Work to be completed –
Write out the stretch of lines below that begins at the line with "#224=AXIS2_PLACEMENT_3D('',#13,#73,#18);" and ends at the line with "Rebuilt in FreeCAD, every", including both, exactly as given and nothing more.

[Collected data entries]

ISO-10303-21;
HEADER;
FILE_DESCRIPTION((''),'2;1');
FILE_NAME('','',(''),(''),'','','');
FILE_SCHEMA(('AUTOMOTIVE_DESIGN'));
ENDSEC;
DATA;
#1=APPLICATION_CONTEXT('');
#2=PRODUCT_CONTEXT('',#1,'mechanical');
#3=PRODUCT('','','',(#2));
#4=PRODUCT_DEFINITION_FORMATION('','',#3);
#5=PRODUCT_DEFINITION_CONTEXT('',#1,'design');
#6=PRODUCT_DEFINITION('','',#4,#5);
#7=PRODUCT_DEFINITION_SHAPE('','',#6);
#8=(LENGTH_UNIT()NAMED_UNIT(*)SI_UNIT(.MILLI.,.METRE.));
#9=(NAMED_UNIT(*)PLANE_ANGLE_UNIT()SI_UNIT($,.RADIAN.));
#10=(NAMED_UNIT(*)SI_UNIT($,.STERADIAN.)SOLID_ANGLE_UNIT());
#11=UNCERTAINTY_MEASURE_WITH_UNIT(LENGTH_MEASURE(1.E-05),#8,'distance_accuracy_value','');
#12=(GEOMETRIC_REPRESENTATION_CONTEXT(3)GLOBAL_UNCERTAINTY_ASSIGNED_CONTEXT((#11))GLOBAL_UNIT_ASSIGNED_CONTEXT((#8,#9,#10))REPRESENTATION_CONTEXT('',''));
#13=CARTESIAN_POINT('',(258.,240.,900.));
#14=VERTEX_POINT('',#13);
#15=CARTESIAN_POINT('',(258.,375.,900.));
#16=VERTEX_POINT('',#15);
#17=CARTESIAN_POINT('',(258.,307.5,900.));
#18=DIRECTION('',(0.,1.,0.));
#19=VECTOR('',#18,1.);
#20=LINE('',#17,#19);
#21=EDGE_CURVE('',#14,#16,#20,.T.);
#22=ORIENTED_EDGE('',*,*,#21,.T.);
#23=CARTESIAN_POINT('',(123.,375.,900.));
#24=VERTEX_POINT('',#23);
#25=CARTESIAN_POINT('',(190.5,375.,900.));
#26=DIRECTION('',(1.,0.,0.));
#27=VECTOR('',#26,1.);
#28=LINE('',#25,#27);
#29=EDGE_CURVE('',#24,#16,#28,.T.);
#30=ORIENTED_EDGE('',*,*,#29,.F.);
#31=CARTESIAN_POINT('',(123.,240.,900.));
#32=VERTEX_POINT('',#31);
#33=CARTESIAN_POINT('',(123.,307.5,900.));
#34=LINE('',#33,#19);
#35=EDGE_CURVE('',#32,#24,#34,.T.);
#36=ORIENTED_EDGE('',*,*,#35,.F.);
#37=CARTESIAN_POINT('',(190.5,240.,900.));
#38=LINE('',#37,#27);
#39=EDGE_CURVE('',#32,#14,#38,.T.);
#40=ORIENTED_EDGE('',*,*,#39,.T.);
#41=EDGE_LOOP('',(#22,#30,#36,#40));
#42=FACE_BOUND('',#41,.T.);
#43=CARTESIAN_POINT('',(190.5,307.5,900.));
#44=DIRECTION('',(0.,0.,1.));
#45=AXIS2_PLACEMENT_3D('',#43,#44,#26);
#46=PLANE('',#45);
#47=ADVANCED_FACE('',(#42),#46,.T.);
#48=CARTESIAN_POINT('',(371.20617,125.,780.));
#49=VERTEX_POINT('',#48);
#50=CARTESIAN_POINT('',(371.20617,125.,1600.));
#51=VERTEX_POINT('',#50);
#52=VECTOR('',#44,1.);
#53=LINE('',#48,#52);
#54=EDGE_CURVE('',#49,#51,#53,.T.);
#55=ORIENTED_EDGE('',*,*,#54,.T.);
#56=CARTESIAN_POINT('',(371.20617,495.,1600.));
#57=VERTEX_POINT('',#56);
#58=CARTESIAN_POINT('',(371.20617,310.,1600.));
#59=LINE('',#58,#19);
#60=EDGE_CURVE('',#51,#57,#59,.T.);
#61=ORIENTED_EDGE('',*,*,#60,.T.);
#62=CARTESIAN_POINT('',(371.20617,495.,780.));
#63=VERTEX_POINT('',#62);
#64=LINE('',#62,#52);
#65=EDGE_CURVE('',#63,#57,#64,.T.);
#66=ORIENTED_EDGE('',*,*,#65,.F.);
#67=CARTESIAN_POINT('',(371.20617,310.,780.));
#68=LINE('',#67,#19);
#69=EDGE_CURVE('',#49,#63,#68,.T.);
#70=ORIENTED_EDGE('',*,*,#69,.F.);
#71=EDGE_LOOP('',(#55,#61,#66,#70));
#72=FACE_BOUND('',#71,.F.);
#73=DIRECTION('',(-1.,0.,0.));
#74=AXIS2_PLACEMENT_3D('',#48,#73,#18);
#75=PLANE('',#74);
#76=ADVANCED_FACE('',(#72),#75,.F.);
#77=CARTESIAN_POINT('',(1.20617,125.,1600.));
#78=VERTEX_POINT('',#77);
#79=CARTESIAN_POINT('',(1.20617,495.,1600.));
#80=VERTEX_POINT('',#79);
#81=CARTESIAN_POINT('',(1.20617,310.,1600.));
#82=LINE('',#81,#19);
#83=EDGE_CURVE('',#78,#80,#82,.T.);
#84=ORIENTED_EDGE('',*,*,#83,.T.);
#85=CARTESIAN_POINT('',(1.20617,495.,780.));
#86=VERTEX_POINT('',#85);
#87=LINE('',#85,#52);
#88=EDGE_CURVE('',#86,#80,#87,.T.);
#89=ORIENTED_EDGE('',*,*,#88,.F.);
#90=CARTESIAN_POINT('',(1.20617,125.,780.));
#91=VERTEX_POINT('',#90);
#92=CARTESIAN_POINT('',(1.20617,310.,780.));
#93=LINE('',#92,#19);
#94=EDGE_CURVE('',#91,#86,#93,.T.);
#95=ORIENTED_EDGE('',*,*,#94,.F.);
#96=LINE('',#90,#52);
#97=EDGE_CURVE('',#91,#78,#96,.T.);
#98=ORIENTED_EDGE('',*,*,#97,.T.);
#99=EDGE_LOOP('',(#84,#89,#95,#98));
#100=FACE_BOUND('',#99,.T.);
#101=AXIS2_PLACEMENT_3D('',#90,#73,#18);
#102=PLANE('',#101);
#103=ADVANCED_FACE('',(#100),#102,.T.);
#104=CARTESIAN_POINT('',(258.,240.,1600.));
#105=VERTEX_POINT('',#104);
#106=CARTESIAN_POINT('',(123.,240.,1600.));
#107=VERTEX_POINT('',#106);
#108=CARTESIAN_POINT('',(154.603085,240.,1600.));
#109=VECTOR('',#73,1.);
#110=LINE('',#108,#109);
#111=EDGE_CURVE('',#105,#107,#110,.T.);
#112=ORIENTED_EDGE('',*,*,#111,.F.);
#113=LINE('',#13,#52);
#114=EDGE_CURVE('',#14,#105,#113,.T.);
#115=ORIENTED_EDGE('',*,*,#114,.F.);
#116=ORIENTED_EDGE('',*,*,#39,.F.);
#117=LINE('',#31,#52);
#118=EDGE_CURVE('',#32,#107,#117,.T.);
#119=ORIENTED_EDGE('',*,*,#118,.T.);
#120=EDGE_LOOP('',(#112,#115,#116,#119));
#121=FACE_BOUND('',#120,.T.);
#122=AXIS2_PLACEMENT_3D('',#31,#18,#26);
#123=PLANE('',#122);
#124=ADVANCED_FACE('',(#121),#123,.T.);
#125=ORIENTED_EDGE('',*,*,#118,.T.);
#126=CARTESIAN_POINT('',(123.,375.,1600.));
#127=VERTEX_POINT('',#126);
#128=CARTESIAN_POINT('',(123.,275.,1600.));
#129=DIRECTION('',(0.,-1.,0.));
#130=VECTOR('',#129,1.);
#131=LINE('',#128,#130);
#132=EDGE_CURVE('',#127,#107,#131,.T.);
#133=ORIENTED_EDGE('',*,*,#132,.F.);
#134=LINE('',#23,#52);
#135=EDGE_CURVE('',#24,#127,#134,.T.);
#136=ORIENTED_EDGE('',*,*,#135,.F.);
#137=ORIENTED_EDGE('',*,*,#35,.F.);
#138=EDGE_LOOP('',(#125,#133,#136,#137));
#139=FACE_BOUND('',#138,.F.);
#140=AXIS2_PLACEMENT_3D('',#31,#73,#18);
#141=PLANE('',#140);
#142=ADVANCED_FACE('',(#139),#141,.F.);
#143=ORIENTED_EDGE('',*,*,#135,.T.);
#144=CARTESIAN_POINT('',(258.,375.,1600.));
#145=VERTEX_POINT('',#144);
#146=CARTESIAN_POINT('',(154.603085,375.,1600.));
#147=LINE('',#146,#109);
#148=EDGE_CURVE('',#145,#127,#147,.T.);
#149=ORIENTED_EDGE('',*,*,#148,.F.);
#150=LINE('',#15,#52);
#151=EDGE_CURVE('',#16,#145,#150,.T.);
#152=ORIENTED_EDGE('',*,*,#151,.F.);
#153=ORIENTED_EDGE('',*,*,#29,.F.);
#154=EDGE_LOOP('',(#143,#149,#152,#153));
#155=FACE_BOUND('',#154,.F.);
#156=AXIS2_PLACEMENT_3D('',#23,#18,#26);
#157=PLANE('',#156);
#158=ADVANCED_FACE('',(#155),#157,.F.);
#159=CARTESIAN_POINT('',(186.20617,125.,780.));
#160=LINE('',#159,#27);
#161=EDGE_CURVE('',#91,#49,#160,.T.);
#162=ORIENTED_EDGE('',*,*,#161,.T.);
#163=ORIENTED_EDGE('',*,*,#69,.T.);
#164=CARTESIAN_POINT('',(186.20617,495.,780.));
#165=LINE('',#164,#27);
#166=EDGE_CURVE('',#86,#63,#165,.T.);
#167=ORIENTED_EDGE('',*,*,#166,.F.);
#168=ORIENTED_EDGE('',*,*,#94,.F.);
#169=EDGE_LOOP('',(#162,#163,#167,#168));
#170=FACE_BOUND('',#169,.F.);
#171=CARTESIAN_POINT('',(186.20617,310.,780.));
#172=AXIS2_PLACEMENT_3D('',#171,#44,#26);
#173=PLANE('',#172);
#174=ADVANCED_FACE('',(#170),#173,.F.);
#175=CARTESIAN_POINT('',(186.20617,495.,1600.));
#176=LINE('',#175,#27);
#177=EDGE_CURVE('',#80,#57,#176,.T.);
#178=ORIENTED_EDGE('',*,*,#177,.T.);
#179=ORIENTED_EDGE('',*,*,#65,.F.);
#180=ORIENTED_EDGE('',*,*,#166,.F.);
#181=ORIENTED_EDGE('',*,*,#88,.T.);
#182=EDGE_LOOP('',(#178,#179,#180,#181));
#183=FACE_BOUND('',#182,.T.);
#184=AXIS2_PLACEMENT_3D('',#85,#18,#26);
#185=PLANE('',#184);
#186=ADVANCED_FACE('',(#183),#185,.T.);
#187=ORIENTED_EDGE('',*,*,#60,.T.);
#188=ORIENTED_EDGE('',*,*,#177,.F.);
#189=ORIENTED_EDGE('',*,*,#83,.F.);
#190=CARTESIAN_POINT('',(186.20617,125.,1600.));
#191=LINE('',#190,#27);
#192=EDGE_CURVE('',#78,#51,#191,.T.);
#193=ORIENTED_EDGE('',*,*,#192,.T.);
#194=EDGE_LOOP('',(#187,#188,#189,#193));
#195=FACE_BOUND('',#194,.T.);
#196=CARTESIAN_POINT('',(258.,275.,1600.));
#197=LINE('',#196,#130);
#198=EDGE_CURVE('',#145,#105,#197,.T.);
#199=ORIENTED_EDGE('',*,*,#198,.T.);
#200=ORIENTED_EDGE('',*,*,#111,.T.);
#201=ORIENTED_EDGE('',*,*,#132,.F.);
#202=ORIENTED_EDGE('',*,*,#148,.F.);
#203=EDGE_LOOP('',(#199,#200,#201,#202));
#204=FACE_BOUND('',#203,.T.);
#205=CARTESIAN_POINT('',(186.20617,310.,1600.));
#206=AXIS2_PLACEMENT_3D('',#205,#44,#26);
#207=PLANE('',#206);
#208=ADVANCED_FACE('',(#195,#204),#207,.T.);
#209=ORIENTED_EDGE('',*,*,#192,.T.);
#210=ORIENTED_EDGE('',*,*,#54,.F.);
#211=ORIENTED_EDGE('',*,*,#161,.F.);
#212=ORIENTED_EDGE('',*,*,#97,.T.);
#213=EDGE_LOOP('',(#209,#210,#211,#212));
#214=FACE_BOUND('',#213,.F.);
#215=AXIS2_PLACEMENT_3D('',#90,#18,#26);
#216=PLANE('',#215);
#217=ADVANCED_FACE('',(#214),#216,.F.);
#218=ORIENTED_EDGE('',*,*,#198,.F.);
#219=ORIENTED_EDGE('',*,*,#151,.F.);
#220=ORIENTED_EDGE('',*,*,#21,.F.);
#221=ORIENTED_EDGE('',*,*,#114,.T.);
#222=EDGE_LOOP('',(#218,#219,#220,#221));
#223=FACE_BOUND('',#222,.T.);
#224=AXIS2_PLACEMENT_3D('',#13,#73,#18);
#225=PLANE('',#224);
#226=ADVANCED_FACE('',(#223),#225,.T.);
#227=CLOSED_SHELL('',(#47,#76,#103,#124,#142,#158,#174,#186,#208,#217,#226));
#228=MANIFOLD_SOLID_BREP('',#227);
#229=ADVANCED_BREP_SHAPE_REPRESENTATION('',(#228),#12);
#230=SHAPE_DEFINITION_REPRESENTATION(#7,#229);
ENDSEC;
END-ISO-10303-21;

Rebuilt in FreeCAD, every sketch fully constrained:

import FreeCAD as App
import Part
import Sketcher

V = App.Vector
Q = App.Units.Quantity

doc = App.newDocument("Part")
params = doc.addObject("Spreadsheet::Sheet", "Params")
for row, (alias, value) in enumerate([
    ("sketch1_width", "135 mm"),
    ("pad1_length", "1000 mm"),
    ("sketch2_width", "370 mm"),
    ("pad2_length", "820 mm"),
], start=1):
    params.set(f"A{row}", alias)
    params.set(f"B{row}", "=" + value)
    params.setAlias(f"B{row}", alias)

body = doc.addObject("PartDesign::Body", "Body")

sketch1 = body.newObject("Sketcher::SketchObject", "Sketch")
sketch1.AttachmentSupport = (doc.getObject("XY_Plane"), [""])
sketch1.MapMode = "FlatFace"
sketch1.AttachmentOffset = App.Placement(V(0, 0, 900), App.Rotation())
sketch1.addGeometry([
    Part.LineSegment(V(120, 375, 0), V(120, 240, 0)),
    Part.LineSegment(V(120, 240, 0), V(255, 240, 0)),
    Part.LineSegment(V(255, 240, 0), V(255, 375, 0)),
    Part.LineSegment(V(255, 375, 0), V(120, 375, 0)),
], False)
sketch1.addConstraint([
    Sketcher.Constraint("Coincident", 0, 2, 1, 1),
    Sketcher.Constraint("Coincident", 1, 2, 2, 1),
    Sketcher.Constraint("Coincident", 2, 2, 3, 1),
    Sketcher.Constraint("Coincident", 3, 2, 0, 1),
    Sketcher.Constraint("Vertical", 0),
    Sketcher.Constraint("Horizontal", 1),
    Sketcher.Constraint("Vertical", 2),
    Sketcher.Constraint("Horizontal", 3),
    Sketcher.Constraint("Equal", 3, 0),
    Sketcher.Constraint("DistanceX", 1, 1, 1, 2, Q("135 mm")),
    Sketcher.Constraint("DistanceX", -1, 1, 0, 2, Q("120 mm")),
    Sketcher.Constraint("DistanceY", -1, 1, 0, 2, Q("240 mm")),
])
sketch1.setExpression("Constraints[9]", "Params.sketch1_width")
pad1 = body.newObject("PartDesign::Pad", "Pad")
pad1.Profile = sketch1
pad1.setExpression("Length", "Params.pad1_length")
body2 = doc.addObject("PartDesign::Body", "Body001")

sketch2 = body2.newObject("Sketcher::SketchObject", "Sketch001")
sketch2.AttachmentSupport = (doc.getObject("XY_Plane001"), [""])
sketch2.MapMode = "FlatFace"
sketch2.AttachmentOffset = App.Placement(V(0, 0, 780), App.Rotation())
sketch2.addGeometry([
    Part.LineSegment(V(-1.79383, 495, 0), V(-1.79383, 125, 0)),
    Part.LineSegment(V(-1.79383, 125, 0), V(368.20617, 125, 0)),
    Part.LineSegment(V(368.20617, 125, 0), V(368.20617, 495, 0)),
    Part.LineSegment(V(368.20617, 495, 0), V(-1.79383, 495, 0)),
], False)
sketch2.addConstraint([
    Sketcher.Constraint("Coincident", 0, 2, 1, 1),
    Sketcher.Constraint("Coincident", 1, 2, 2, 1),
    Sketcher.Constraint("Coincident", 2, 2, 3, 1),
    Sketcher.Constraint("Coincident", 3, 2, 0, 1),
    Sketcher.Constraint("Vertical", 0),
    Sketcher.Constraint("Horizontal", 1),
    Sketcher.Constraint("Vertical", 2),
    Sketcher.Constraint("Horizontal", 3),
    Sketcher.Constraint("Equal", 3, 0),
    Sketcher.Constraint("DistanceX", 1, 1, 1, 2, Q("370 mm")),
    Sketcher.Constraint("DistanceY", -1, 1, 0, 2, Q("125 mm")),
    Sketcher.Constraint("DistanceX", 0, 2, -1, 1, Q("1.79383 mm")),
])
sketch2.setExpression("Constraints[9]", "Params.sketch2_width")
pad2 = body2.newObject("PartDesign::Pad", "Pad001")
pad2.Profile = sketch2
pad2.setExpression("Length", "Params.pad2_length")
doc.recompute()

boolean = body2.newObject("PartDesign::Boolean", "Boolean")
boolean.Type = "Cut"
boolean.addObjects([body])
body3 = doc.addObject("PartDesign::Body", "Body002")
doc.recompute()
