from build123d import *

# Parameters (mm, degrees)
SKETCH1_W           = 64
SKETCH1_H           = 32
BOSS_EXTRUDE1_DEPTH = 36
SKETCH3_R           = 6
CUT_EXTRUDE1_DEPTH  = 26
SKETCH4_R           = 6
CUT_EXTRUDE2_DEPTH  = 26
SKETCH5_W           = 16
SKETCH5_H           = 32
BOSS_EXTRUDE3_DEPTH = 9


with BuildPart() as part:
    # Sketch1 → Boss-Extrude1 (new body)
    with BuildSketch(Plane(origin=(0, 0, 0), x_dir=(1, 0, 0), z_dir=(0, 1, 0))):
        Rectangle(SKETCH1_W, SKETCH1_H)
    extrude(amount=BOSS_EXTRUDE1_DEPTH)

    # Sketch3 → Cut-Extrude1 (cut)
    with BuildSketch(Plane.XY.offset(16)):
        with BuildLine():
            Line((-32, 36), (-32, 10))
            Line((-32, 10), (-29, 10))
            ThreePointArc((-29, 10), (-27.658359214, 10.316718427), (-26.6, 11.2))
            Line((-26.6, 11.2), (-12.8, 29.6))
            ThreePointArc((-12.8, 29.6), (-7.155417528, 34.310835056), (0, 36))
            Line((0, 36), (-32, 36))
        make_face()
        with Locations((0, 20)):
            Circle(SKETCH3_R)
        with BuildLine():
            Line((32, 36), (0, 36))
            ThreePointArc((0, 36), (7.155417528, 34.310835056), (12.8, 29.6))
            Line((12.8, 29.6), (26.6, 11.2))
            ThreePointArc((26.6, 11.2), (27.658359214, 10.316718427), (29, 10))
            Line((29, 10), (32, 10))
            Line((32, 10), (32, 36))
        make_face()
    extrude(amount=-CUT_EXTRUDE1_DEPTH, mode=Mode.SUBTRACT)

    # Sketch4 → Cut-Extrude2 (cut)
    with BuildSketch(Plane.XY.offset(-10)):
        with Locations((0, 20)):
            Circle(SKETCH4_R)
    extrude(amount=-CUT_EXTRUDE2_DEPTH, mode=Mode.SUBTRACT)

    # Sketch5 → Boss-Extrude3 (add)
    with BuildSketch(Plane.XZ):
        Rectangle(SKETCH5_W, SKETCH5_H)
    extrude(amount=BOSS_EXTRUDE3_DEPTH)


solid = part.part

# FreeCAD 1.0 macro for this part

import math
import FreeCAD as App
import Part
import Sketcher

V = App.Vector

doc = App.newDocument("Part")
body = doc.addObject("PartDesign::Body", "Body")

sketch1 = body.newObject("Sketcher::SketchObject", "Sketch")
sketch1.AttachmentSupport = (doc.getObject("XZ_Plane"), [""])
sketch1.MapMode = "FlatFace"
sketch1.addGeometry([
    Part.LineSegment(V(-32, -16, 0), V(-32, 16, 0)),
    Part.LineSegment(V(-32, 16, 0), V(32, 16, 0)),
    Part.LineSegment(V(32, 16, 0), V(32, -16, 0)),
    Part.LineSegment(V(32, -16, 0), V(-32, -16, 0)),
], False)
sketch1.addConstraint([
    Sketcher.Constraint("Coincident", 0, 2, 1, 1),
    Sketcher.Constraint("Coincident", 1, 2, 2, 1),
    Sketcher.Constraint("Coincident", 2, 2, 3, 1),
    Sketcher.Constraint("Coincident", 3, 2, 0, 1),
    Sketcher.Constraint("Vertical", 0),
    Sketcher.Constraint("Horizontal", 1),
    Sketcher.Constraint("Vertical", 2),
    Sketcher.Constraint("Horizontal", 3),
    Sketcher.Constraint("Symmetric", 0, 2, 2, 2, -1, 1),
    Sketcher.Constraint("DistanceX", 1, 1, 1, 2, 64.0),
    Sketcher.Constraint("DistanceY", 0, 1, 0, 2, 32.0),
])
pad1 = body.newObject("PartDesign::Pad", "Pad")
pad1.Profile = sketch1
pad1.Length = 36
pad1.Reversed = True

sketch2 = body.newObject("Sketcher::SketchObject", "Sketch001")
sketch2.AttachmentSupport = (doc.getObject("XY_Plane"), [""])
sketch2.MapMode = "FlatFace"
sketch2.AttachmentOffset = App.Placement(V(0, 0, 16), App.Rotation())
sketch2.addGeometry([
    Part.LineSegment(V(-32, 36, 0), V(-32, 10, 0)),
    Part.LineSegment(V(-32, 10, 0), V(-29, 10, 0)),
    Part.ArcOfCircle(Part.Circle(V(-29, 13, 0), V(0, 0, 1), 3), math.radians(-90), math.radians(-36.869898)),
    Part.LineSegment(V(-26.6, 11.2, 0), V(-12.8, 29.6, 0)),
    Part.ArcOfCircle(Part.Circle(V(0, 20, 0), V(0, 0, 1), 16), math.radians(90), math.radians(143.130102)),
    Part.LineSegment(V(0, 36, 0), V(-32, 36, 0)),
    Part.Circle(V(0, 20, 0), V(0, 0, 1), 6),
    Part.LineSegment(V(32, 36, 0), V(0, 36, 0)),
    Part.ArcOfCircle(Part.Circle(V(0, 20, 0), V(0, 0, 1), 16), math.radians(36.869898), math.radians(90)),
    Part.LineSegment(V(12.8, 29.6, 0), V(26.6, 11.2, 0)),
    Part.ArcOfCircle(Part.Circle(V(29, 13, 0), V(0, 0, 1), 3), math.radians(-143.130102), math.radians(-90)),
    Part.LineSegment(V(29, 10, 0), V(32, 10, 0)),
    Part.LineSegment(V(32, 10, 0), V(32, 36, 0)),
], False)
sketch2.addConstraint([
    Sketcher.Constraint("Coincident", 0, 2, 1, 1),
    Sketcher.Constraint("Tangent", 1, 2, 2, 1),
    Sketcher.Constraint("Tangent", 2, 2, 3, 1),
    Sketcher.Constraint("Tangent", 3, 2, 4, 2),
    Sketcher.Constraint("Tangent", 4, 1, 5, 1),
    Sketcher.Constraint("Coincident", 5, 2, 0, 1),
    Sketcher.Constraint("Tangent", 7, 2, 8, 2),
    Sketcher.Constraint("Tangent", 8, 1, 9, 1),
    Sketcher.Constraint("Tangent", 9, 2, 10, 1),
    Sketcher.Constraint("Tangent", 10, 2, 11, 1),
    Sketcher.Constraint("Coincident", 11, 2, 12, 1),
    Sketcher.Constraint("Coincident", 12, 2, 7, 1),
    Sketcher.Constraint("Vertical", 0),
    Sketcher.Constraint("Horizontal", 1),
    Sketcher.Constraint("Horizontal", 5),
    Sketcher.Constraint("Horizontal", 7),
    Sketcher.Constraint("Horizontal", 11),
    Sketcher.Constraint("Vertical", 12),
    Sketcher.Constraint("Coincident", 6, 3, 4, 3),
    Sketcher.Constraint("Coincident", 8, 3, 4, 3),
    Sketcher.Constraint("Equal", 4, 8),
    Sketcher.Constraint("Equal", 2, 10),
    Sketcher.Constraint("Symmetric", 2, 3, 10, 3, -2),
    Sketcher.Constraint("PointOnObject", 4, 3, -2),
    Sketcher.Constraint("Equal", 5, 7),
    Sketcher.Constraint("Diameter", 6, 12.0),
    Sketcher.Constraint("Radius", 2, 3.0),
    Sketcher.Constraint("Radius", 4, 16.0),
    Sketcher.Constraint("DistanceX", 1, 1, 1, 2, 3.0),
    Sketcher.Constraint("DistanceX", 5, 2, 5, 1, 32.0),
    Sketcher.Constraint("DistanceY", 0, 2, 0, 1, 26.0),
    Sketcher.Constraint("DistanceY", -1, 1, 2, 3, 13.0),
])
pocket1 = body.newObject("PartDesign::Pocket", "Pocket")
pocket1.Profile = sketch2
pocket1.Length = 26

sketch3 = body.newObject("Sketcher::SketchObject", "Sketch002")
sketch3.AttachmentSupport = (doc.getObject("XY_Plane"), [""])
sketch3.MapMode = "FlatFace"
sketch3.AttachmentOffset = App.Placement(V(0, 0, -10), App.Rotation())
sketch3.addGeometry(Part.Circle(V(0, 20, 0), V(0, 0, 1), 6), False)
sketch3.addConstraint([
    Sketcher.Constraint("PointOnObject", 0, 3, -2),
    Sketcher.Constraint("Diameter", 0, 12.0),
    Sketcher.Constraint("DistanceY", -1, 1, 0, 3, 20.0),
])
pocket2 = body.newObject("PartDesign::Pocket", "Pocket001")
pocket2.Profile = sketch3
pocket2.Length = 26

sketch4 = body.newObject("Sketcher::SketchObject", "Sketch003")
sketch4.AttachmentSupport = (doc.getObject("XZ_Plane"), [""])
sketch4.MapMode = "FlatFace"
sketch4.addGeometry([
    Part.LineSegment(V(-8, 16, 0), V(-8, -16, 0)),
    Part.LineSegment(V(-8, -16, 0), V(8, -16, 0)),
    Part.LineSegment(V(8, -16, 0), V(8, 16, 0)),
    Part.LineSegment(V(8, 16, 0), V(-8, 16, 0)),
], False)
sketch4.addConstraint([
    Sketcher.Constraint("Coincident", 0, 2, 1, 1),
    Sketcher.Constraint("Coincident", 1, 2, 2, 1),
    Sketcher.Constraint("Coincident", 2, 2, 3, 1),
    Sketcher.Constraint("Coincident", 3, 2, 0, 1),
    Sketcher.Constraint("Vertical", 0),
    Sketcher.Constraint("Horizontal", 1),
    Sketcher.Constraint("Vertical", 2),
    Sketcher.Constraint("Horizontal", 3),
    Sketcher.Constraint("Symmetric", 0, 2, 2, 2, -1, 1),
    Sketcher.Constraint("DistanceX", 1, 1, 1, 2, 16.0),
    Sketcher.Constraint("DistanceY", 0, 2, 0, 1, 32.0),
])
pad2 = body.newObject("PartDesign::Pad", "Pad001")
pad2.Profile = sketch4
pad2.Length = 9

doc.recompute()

Result for this task –
#224=AXIS2_PLACEMENT_3D('',#13,#73,#18);
#225=PLANE('',#224);
#226=ADVANCED_FACE('',(#223),#225,.T.);
#227=CLOSED_SHELL('',(#47,#76,#103,#124,#142,#158,#174,#186,#208,#217,#226));
#228=MANIFOLD_SOLID_BREP('',#227);
#229=ADVANCED_BREP_SHAPE_REPRESENTATION('',(#228),#12);
#230=SHAPE_DEFINITION_REPRESENTATION(#7,#229);
ENDSEC;
END-ISO-10303-21;

Rebuilt in FreeCAD, every sketch fully constrained:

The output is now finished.